Work required:
Can you return the records below exactly as they stand, but only from the first line through the one with "v 60.414 3.586 25"?

(Beginning of Data)

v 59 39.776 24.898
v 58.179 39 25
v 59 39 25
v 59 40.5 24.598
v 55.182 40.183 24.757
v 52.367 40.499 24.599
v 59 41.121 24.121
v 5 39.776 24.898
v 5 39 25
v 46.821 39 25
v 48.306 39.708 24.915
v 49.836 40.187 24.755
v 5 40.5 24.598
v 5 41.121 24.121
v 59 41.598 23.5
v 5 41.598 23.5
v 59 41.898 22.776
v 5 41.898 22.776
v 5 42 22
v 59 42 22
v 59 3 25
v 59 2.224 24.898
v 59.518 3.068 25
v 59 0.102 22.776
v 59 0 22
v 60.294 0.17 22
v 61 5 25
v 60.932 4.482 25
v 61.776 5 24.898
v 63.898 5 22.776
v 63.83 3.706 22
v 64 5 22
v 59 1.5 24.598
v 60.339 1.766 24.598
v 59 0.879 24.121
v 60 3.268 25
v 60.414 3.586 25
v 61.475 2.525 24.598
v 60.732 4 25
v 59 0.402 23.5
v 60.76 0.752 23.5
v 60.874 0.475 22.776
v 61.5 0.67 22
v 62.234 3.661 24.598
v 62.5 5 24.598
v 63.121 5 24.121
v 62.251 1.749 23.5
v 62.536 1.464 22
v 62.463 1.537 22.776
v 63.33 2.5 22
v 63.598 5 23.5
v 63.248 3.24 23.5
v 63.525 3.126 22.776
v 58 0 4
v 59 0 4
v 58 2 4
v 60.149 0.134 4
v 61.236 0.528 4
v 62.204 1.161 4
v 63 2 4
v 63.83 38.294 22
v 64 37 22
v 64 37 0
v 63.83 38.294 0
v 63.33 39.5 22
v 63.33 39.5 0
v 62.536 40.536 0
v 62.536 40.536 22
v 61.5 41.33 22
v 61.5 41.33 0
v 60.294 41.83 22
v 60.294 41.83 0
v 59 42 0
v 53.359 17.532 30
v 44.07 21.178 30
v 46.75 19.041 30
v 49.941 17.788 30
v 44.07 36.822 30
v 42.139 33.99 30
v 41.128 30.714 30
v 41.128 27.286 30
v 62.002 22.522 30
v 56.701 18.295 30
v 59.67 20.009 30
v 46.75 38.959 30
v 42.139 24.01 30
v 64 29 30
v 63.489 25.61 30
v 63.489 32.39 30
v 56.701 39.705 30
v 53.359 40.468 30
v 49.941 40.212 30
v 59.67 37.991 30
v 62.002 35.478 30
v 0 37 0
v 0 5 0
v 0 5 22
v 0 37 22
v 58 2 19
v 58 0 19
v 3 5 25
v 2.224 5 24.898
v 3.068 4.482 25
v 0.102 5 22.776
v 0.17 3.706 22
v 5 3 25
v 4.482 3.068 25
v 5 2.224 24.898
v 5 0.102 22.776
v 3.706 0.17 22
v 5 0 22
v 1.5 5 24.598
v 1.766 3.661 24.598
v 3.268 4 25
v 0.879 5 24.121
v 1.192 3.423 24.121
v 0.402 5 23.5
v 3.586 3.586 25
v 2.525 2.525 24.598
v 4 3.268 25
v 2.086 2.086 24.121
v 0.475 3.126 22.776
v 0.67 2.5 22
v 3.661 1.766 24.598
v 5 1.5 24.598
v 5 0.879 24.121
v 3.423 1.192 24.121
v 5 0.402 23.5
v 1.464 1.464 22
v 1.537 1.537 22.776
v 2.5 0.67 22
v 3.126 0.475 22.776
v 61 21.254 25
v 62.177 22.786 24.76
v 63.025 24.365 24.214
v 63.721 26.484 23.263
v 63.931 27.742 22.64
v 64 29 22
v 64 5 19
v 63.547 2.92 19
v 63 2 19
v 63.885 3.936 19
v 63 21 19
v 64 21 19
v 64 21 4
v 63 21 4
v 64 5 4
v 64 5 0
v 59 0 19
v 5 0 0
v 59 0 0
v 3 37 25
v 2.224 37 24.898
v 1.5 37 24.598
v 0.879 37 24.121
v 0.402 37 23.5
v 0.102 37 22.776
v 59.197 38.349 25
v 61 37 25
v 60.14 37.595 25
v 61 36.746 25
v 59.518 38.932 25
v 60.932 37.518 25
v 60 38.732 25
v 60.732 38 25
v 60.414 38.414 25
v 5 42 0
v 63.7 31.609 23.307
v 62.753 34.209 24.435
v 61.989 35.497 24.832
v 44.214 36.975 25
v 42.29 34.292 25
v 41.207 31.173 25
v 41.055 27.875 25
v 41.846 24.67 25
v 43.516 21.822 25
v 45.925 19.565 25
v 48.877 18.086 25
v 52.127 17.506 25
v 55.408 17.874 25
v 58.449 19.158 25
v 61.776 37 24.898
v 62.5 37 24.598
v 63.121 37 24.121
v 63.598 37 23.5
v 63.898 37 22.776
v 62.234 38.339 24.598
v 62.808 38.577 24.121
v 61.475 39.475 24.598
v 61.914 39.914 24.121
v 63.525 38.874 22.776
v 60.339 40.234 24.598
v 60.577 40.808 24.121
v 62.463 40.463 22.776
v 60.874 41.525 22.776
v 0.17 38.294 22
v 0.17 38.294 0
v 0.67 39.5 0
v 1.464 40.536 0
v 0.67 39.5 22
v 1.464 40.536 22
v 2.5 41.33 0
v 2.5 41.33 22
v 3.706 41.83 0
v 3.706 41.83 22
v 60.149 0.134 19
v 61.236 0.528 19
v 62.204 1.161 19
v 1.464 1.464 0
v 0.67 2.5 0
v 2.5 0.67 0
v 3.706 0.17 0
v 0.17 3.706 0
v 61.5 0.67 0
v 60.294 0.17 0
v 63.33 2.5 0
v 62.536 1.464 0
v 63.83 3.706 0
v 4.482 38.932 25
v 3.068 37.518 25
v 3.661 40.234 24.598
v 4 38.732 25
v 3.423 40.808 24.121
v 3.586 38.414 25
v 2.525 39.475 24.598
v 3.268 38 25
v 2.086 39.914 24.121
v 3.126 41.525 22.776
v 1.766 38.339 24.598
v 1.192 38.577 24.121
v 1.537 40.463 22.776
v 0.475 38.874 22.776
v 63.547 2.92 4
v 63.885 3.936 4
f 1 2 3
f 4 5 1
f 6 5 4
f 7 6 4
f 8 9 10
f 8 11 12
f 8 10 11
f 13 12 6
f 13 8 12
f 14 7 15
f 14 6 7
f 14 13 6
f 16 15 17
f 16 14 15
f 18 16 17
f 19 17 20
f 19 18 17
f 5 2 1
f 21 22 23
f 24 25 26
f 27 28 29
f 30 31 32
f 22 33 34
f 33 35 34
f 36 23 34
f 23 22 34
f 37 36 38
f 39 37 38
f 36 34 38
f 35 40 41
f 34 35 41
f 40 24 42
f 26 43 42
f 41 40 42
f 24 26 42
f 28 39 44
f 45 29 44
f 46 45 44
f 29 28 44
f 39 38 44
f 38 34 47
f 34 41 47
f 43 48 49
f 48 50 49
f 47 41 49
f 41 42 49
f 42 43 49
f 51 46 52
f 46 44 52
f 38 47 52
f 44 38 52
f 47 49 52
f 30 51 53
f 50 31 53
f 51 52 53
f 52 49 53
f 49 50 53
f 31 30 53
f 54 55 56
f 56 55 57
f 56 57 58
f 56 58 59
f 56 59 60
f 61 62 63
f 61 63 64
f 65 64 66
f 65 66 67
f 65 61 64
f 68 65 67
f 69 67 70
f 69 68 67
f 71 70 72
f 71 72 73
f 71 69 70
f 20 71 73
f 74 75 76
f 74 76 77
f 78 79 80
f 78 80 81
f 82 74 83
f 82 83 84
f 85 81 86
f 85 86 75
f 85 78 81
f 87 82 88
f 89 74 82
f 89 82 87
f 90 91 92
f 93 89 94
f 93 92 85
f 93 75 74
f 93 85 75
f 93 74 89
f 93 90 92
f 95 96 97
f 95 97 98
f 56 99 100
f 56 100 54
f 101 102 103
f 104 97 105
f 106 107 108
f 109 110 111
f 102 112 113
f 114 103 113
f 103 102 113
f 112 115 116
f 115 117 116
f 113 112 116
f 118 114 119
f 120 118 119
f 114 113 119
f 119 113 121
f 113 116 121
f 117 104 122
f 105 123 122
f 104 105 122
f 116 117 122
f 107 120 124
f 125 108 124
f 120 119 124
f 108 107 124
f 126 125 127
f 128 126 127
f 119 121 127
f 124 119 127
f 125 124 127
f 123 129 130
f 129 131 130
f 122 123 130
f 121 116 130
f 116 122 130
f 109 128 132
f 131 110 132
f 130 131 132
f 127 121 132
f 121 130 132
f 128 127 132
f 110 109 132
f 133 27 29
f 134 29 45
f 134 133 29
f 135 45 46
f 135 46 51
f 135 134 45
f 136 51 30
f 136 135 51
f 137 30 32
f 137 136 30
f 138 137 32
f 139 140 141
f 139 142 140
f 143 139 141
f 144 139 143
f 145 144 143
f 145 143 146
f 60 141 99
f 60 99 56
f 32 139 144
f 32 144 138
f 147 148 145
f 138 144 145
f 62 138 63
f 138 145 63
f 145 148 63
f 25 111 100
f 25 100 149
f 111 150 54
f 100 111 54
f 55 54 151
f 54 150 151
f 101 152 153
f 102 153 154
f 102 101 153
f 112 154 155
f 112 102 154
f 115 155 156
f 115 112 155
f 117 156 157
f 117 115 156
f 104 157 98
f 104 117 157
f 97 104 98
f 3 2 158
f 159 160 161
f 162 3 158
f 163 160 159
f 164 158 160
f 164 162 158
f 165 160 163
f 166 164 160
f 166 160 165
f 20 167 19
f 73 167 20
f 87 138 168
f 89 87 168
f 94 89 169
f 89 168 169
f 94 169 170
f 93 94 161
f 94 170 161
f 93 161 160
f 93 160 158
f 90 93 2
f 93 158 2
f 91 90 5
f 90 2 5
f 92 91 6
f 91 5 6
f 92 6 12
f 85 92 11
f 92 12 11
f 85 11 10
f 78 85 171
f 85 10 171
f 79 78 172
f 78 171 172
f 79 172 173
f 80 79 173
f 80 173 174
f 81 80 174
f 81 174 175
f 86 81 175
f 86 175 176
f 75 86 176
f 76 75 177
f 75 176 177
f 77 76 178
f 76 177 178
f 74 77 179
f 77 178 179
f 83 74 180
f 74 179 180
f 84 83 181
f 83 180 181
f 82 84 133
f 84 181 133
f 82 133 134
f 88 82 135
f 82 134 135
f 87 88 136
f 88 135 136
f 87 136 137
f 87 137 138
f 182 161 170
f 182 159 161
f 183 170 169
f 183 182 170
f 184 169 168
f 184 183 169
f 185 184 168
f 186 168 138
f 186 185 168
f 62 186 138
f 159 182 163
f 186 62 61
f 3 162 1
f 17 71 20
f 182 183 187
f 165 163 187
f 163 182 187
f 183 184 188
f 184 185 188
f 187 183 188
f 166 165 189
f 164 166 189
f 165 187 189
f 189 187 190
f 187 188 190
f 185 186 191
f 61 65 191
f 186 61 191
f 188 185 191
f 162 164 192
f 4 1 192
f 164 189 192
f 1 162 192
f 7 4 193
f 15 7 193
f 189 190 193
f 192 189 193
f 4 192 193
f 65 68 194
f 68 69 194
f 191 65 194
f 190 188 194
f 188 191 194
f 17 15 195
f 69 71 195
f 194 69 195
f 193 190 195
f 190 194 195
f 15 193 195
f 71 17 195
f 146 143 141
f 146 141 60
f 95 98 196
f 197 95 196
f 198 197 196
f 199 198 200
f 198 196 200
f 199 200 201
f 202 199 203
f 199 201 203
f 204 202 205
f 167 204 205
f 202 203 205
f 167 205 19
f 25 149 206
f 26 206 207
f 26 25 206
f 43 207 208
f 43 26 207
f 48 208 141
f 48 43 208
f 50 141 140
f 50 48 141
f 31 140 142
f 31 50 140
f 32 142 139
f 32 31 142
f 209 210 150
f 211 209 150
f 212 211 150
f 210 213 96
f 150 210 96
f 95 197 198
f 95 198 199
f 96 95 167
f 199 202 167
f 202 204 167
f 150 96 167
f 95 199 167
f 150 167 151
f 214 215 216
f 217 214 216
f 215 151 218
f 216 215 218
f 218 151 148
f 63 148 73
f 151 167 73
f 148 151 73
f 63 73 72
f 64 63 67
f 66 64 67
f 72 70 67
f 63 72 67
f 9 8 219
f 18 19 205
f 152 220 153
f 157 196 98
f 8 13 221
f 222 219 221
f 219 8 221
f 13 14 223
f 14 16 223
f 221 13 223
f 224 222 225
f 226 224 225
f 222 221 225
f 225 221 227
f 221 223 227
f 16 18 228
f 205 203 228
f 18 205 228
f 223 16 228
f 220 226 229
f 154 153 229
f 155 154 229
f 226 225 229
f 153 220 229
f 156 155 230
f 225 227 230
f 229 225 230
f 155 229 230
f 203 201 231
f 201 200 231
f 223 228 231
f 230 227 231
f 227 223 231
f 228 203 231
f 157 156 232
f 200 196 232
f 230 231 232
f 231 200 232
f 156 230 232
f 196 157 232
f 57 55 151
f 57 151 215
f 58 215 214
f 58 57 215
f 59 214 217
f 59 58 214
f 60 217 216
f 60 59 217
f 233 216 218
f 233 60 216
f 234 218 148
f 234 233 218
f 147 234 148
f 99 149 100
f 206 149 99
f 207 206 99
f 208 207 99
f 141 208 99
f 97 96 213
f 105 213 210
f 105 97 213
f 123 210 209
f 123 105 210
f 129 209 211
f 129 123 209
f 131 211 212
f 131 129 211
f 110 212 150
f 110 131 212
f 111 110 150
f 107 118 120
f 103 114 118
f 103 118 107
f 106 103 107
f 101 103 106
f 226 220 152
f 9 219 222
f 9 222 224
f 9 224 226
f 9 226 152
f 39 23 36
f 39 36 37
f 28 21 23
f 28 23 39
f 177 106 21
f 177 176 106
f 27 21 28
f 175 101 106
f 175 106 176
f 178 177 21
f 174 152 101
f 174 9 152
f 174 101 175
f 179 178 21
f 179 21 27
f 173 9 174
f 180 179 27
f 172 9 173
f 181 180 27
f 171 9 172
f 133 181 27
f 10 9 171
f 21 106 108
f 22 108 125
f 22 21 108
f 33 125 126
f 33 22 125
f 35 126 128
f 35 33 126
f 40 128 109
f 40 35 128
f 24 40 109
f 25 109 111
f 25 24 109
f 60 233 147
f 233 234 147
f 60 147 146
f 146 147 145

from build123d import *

# Parameters (mm, degrees)
SKETCH1_W           = 64
SKETCH1_H           = 42
BOSS_EXTRUDE1_DEPTH = 25
FILLET2_R           = 5
FILLET4_R           = 3
BOSS_EXTRUDE3_START = -3
SKETCH2_R           = 11.5
BOSS_EXTRUDE3_DEPTH = 8
SKETCH3_W           = 15
SKETCH3_H           = 21
CUT_EXTRUDE1_DEPTH  = 1
SKETCH4_W           = 15
SKETCH4_H           = 2
CUT_EXTRUDE2_DEPTH  = 5


with BuildPart() as part:
    # Sketch1 → Boss-Extrude1 (new body)
    with BuildSketch(Plane.XY):
        with Locations((32, 21)):
            Rectangle(SKETCH1_W, SKETCH1_H)
    extrude(amount=BOSS_EXTRUDE1_DEPTH)

    # Fillet2
    fillet2_edges = [part.edges().sort_by_distance(p)[0] for p in [
        (0, 42, 12.5),
        (64, 42, 12.5),
        (64, 0, 12.5),
        (0, 0, 12.5),
    ]]
    fillet(fillet2_edges, radius=FILLET2_R)

    # Fillet4
    fillet4_edges = [part.edges().sort_by_distance(p)[0] for p in [
        (64, 21, 25),
        (32, 0, 25),
        (0, 21, 25),
        (32, 42, 25),
        (62.535533906, 40.535533906, 25),
        (1.464466094, 40.535533906, 25),
        (1.464466094, 1.464466094, 25),
        (62.535533906, 1.464466094, 25),
    ]]
    fillet(fillet4_edges, radius=FILLET4_R)

    # Sketch2 → Boss-Extrude3 (add)
    with BuildSketch(Plane.XY.offset(25).offset(BOSS_EXTRUDE3_START)):
        with Locations((52.5, 29)):
            Circle(SKETCH2_R)
    extrude(amount=BOSS_EXTRUDE3_DEPTH)

    # Sketch3 → Cut-Extrude1 (cut)
    with BuildSketch(Plane(origin=(64, 0, 0), x_dir=(0, 0, -1), z_dir=(1, 0, 0))):
        with Locations((-11.5, 10.5)):
            Rectangle(SKETCH3_W, SKETCH3_H)
    extrude(amount=-CUT_EXTRUDE1_DEPTH, mode=Mode.SUBTRACT)

    # Sketch4 → Cut-Extrude2 (cut)
    with BuildSketch(Plane(origin=(63, 0, 0), x_dir=(0, 0, -1), z_dir=(1, 0, 0))):
        with Locations((-11.5, 1)):
            Rectangle(SKETCH4_W, SKETCH4_H)
    extrude(amount=-CUT_EXTRUDE2_DEPTH, mode=Mode.SUBTRACT)


solid = part.part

(End of Data)

Exercise response:
v 59 39.776 24.898
v 58.179 39 25
v 59 39 25
v 59 40.5 24.598
v 55.182 40.183 24.757
v 52.367 40.499 24.599
v 59 41.121 24.121
v 5 39.776 24.898
v 5 39 25
v 46.821 39 25
v 48.306 39.708 24.915
v 49.836 40.187 24.755
v 5 40.5 24.598
v 5 41.121 24.121
v 59 41.598 23.5
v 5 41.598 23.5
v 59 41.898 22.776
v 5 41.898 22.776
v 5 42 22
v 59 42 22
v 59 3 25
v 59 2.224 24.898
v 59.518 3.068 25
v 59 0.102 22.776
v 59 0 22
v 60.294 0.17 22
v 61 5 25
v 60.932 4.482 25
v 61.776 5 24.898
v 63.898 5 22.776
v 63.83 3.706 22
v 64 5 22
v 59 1.5 24.598
v 60.339 1.766 24.598
v 59 0.879 24.121
v 60 3.268 25
v 60.414 3.586 25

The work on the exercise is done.